Number of paragraphs:


Counsel for Co-Operative Bulk Handling Limited:

Mr P Brereton SC and Mr JA Arnott

Solicitor for the Co-Operative Bulk Handling Limited:

Corrs Chambers Wesgarth

Counsel for the Australian Competition and Consumer Commission:

Mr M Moshinsky SC, Mr M Borsky and Mr T Glover

Solicitor for the Australian Competition and Consumer Commission:

DLA Piper


ACT 8 of 2011









20 MARCH 2012




1    The applicant, Co-Operative Bulk Handling Limited (CBH) on 6 March 2012, at the commencement of the hearing, applied for leave to adduce evidence from Mr Euan Morton, Economist, in accordance with his report of 17 February 2012. His evidence was said to be evidence in reply to the proposed evidence to be given by Dr Brian Fisher, whose report was filed by the Australian Competition and Consumer Commission (ACCC) on 19 December 2011. The application was opposed by the ACCC. For reasons which have been provided, the Tribunal determined to give the CBH leave to call Mr Morton to give evidence in reply to the evidence proposed to be led from Dr Fisher.

2    At that time, there was no suggestion that Dr Fisher’s evidence was objectionable in form. There had been no objection either then or at an earlier time. There was also at the time no suggestion that counsel for CBH had difficulty in understanding Dr Fisher’s report, or would have difficulty in cross-examining him, and his proposed evidence was built into the evidence timetable presented in the course of opening.

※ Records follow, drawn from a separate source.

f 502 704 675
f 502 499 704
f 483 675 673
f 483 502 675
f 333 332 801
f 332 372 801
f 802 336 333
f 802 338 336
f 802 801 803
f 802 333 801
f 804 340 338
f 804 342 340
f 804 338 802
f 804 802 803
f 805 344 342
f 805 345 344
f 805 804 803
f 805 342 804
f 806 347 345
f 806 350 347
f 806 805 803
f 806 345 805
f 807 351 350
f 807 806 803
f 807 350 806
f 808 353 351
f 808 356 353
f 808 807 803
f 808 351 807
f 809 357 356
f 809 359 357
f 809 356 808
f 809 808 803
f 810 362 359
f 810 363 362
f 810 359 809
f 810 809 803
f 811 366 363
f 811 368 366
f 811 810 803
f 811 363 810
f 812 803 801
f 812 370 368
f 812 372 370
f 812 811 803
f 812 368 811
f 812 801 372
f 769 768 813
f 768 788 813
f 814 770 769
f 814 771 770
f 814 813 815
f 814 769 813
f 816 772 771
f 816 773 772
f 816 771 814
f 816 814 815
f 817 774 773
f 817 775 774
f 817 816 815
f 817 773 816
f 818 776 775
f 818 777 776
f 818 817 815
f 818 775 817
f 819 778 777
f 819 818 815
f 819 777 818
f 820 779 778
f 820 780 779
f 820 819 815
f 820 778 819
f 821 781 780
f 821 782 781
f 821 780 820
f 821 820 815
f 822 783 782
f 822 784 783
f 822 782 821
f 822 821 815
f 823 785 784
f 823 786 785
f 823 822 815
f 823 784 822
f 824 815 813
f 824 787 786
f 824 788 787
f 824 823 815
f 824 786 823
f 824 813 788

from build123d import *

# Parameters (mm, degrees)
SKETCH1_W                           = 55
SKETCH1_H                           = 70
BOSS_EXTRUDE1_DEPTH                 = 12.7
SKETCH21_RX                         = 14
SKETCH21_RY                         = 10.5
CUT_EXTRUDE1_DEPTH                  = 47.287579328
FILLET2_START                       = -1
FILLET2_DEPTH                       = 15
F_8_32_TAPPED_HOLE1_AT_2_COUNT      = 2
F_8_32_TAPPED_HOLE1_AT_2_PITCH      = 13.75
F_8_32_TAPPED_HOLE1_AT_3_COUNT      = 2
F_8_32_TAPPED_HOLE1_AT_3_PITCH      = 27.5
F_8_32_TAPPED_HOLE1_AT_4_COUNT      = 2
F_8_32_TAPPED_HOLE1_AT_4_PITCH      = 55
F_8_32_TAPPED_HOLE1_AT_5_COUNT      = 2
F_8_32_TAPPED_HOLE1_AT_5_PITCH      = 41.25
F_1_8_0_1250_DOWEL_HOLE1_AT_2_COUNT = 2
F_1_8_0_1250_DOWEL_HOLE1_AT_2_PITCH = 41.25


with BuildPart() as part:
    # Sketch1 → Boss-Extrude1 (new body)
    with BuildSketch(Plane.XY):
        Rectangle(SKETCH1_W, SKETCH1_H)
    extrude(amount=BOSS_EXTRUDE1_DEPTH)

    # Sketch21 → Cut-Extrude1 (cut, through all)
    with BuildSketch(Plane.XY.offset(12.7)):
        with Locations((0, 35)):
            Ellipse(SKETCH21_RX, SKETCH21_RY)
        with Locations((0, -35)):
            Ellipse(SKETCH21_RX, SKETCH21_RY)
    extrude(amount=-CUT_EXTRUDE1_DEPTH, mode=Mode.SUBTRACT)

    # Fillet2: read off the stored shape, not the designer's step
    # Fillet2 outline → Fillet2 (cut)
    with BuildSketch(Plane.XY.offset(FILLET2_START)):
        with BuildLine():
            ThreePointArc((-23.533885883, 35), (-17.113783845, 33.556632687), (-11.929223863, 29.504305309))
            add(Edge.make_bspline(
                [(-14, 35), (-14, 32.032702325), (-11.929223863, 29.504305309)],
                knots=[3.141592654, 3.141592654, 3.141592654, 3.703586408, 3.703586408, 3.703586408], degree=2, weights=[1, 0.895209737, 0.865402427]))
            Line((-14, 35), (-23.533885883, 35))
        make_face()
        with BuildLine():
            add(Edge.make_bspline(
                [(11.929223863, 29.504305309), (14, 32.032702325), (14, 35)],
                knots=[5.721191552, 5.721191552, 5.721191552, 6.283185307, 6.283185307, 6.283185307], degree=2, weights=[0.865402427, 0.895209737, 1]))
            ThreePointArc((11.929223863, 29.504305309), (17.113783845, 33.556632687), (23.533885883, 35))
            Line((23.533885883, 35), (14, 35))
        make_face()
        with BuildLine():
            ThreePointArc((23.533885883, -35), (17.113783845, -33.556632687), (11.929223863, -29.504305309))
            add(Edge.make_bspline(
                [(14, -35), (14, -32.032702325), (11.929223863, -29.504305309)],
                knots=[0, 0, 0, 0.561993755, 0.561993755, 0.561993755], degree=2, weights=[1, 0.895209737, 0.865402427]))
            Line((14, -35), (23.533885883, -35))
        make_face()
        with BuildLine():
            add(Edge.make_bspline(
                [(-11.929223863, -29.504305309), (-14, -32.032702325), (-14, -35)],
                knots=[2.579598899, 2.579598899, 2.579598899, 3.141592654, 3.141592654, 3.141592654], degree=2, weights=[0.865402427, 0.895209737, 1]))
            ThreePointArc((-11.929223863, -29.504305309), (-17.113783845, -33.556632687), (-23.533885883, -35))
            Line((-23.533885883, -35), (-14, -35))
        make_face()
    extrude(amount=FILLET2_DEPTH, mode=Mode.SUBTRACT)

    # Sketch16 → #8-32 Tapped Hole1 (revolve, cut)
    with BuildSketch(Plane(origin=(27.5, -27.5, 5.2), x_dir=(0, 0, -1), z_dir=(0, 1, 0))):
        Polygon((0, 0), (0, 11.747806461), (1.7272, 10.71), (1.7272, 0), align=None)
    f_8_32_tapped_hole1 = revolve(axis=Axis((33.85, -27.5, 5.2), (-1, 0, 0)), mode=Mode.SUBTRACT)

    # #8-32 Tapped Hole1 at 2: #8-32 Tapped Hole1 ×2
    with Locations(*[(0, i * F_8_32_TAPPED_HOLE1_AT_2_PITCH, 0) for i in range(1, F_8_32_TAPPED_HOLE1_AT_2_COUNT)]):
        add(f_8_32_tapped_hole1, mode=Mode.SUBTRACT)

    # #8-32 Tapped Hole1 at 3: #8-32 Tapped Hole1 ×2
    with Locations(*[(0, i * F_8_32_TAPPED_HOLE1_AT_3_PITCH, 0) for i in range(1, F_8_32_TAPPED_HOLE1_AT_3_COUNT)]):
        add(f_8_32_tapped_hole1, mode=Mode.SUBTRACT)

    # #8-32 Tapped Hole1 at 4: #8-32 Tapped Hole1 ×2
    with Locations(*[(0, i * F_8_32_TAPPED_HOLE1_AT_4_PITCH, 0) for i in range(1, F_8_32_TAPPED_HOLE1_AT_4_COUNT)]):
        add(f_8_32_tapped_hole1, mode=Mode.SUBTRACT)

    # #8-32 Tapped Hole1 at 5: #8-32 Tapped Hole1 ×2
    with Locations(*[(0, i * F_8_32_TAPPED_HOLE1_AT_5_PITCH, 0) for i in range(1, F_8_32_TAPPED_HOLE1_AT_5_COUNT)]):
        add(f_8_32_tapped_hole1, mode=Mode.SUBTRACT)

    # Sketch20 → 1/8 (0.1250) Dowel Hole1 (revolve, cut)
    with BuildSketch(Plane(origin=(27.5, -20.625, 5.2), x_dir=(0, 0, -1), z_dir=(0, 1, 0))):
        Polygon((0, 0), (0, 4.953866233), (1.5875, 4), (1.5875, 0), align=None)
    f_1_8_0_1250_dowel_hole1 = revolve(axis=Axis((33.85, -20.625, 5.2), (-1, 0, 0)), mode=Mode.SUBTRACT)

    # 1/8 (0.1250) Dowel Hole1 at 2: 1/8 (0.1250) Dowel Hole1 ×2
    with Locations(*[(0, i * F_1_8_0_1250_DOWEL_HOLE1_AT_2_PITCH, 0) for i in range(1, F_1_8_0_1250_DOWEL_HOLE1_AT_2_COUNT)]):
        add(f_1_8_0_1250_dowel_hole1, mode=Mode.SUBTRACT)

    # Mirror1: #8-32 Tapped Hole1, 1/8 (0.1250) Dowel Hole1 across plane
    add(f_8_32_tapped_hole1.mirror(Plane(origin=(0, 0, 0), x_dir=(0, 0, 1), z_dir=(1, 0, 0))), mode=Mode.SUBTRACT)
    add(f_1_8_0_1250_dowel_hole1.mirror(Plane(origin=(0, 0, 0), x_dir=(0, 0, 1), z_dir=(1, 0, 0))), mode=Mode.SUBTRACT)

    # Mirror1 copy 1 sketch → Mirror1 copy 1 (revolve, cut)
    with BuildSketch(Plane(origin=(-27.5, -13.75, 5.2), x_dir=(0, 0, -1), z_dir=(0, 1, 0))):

Dr Fisher also provided a supplementary report of 16 March 2012 to respond to Mr Morton’s report.

3    The expert evidence in this matter was listed for hearing in the week commencing 19 March 2012, with the first proposed evidence to be that to be adduced from Mr Morton, and then Dr Fisher. On Sunday, 18 March 2012, CBH provided notice of objection to the proposed evidence of Dr Fisher. The notice of objection ran to 31 pages. The objections to Dr Fisher’s proposed evidence would, of course, have been relevant to how much of Mr Morton’s proposed evidence was itself admissible.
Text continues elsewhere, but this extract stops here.